Note that one can use a scalar without introducing a data dependency between loop iterations. It can be defined and then referenced within the same loop iteration; therefore, its value is unambiguous during that iteration. Note 8.10 misses the mark if its intent was to clarify this topic. There is no data dependency between loops because the scalar variable never appears on the right hand side of an assignment until it has been defined in that loop. However, note 8.11 does at least imply that a block construct is required to prevent issues when defining scalars inside do concurrent. I don’t know where the right place to look for official documents is, but judging by http://www.nag.com/sc22wg5/ it looks as though the “do iteration local scalars require block construct?” question has not been addressed by any of these interpretations or corrigenda 1-3. A formal interpretation would be nice and clearer language.

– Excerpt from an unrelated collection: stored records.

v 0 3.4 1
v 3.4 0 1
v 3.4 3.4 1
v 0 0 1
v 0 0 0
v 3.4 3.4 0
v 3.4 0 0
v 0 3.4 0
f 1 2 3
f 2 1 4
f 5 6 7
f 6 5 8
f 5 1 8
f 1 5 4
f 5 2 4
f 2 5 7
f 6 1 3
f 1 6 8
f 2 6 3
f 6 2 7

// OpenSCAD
// 3D grid of cubes that overlap each neighbour
stride=0.8;

intersection() {
  union() {
    for (i=[0:3],j=[0:3])
      translate([i*stride, j*stride, 0])
        cube(1);
  }
  cube(10, center=1); // Just to ensure fast-union doesn't drop the union above we're trying to test
}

Steven_L_Intel1 · ‎06-10-2014

Given that the standard includes an explicit example, which I quoted above, I think the standard's authors thought it clear.

IanH · ‎06-10-2014

(For clarity - my post #20 was in reply to Steve's #18. This might be the discussion elsewhere that I referred to... https://groups.google.com/d/topic/comp.lang.fortran/bHTjFSj-LJo/discussion but given I seem reasonably confident of my opinion there it is possible that there was one earlier than that.)

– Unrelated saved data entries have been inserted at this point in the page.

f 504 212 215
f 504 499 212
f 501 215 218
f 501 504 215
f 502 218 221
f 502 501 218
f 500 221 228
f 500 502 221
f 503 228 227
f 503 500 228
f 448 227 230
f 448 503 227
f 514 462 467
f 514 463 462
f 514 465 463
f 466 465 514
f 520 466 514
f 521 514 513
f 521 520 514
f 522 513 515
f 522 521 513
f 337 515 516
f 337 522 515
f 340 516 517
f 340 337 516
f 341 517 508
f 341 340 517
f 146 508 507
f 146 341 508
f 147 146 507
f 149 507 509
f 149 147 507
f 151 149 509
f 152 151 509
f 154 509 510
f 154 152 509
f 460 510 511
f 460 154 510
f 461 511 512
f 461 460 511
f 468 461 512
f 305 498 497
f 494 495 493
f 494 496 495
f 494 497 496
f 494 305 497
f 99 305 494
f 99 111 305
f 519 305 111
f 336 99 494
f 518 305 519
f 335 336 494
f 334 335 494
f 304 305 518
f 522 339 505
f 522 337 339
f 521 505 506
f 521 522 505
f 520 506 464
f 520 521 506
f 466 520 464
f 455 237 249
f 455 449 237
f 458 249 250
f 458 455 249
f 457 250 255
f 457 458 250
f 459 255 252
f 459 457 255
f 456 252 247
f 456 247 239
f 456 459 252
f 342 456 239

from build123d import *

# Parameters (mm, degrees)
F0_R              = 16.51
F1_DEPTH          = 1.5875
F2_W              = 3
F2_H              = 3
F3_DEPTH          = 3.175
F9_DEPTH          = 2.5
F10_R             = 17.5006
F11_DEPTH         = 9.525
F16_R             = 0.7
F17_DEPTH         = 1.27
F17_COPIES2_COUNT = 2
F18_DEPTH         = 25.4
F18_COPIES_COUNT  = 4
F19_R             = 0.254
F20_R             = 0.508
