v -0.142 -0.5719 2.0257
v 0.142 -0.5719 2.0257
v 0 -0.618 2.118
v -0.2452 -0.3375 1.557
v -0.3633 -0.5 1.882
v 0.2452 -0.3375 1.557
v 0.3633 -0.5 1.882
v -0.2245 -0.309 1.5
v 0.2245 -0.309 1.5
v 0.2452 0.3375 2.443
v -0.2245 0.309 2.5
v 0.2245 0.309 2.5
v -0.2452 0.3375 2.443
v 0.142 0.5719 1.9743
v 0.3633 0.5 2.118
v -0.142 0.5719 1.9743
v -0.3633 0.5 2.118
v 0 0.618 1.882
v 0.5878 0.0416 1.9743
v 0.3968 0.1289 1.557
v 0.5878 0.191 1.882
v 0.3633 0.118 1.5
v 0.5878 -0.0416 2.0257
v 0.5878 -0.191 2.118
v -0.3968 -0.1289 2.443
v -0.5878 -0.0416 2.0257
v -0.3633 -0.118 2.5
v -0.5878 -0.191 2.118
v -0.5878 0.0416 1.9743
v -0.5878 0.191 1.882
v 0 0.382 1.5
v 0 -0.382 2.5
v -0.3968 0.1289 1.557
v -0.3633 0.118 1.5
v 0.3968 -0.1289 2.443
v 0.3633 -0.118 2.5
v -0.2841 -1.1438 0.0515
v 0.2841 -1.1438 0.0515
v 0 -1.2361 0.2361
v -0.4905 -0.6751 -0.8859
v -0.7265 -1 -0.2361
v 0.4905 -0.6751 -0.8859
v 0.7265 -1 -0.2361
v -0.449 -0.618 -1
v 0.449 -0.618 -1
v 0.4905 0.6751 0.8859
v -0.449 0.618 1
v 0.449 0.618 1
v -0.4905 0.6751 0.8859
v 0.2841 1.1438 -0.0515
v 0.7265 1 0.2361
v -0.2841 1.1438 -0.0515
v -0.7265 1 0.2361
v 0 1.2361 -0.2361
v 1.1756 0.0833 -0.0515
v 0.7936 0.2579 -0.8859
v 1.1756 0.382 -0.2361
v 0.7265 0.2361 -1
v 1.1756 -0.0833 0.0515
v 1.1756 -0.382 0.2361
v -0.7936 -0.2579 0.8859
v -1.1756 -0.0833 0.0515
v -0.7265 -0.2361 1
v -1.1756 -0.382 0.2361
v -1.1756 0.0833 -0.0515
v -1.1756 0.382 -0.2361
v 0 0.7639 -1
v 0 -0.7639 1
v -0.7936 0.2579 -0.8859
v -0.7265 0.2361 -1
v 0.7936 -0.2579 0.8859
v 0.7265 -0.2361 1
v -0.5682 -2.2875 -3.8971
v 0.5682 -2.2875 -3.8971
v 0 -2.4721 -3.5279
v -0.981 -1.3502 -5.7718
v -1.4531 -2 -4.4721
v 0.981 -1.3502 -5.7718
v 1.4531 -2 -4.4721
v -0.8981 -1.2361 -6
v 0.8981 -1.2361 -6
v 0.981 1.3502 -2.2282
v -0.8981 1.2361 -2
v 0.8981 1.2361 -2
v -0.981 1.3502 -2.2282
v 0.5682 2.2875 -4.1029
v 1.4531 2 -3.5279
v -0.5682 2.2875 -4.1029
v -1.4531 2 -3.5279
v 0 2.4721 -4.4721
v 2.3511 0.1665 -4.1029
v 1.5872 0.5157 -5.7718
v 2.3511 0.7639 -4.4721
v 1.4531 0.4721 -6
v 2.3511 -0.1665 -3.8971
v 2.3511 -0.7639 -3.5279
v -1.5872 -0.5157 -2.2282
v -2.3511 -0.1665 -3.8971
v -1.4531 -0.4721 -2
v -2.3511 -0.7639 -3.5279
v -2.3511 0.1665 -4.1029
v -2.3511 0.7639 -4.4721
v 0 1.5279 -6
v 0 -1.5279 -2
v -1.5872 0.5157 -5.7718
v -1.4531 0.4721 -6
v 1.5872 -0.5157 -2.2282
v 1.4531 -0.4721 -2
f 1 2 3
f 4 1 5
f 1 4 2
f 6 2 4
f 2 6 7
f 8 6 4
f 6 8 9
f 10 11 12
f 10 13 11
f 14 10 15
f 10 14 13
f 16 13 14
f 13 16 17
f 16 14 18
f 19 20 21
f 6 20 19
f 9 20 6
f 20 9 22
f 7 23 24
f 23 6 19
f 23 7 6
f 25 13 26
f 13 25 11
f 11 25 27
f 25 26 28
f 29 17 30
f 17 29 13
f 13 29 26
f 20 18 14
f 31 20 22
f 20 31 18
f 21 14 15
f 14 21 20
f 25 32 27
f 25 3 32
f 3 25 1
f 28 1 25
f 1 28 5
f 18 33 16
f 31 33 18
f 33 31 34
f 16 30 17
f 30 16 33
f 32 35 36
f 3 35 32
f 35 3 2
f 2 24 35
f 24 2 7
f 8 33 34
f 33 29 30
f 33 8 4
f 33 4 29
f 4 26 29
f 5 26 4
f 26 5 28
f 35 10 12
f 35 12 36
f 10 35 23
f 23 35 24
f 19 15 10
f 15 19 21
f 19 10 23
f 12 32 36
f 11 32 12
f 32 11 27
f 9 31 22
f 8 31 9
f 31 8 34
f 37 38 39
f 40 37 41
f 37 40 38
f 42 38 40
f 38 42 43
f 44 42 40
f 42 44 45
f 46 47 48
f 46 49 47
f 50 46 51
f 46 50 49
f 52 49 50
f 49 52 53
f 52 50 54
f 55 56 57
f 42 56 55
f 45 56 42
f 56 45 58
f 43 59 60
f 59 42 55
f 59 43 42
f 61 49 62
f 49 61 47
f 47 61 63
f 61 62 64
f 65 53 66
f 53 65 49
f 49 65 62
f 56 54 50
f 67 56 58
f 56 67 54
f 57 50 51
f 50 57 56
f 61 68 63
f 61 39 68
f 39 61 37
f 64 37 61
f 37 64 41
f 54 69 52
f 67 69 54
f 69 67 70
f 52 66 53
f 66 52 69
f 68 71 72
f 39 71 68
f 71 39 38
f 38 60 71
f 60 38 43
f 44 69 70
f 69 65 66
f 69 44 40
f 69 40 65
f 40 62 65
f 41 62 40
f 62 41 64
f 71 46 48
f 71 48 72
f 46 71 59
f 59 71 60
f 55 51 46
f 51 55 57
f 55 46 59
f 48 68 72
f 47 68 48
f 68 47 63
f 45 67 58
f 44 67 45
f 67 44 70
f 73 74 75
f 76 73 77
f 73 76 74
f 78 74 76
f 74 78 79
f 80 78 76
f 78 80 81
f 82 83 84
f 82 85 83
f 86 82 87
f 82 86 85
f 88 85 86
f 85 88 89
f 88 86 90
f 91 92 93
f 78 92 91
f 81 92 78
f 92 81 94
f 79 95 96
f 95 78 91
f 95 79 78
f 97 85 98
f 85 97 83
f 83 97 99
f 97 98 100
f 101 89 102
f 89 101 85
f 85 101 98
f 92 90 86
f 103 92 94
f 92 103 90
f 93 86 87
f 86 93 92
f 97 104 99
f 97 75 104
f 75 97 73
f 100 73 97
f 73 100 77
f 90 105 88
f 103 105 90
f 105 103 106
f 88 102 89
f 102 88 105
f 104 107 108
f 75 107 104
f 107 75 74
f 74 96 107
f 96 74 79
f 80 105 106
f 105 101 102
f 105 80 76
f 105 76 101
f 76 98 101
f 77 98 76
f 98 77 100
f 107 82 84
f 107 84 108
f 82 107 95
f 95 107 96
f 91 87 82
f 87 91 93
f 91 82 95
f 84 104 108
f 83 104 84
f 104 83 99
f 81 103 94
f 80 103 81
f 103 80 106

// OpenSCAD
//create a dodecahedron by intersecting 6 boxes
module dodecahedron(height)
{
	scale([height,height,height]) //scale by height parameter
	{
		intersection(){
			//make a cube
			cube([2,2,1], center = true);
			intersection_for(i=[0:4]) //loop i from 0 to 4, and intersect results
			{
				//make a cube, rotate it 116.565 degrees around the X axis,
				//then 72*i around the Z axis
				rotate([0,0,72*i])
					rotate([116.565,0,0])
					cube([2,2,1], center = true);
			}
		}
	}
}
//create 3 stacked dodecahedra
//call the module with a height of 1 and move up 2
translate([0,0,2])dodecahedron(1);
//call the module with a height of 2
dodecahedron(2);
//call the module with a height of 4 and move down 4
translate([0,0,-4])dodecahedron(4);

While it is correct (because it says "can", not "must") I think note 8.11 is a bit misleading.

One for the thinkers and philosophers... inside block-like-constructs (execution constructs that have an opening statement and a closing statement, with executable code in between - like IF...END IF or DO...END DO) why is it necessary to have a "duplicate" BLOCK construct to wrap the specification part and the executable part - why couldn't the language rules for block-like-constructs simply be changed to allow them to have a specification part before their execution part?

i.e. rather than requiring the first example, permit the second example.

DO i = 1, 10
  BLOCK
    ! Specification part.
    REAL :: T
    !***
    ! Execution part.
    T = A(i) + B(i)
    C(i) = T
  END BLOCK
END DO

DO i = 1, 10
  ! Specification part - currently not permitted here.
  REAL :: T
  !***
  ! Execution part.
  T = A(i) + B(i)
  C(i) = T
END DO

Perhaps it gets a bit hairy with things like the labelled form of DO construct?

may_ka · ‎06-10-2014

Sorry guys, although I did the original post, I got lost.

Cheers

PS: have a look at my next post!

jimdempseyatthecove · ‎06-11-2014

IanH,

I agree with your observation. FWIW, I'd have preferred they chose {}'s either would avoid assigning a keyword.

I suspect that doing so (IanH's suggeston) would have "broke" a conformity test program looking for specifications in the wrong place.

Jim Dempsey

FortranFan · ‎06-11-2014

may.ka wrote:

Sorry guys, although I did the original post, I got lost.

Cheers

PS: have a look at my next post!

Sorry Karl, it was I with postings on BLOCK construct in Quotes #5 and #9 that threw this topic off course.

How about we get back to your original question? Especially since DO CONCURRENT in the context of concurrency and parallelism and the general aspects of BLOCK construct are worthy of separate, major discussion threads instead of getting buried here.

As I mentioned earlier, based on my investigation, the BLOCK construct introduced in Fortran 2008 standard can be very helpful in simplifying code sections that involve a series of checks. And yes, a single-pass DO loop can also achieve the same result. But in my opinion, the BLOCK construct appears more elegant and clearer. Have you taken a look the code snippet in Quote #5? How do you find it? Do you think if you were to use such a construct, it will simplify your code and it will read easier than what you have currently? Your comment will be useful feedback for me as I'm wondering whether to propose it as a "recommended programming practice" to my colleagues at work. By the way, you will not be able to test it out because the EXIT aspect has not yet been implemented in Intel Fortran (however such a capability is available in gfortran 4.9, the open-source, "free" compiler).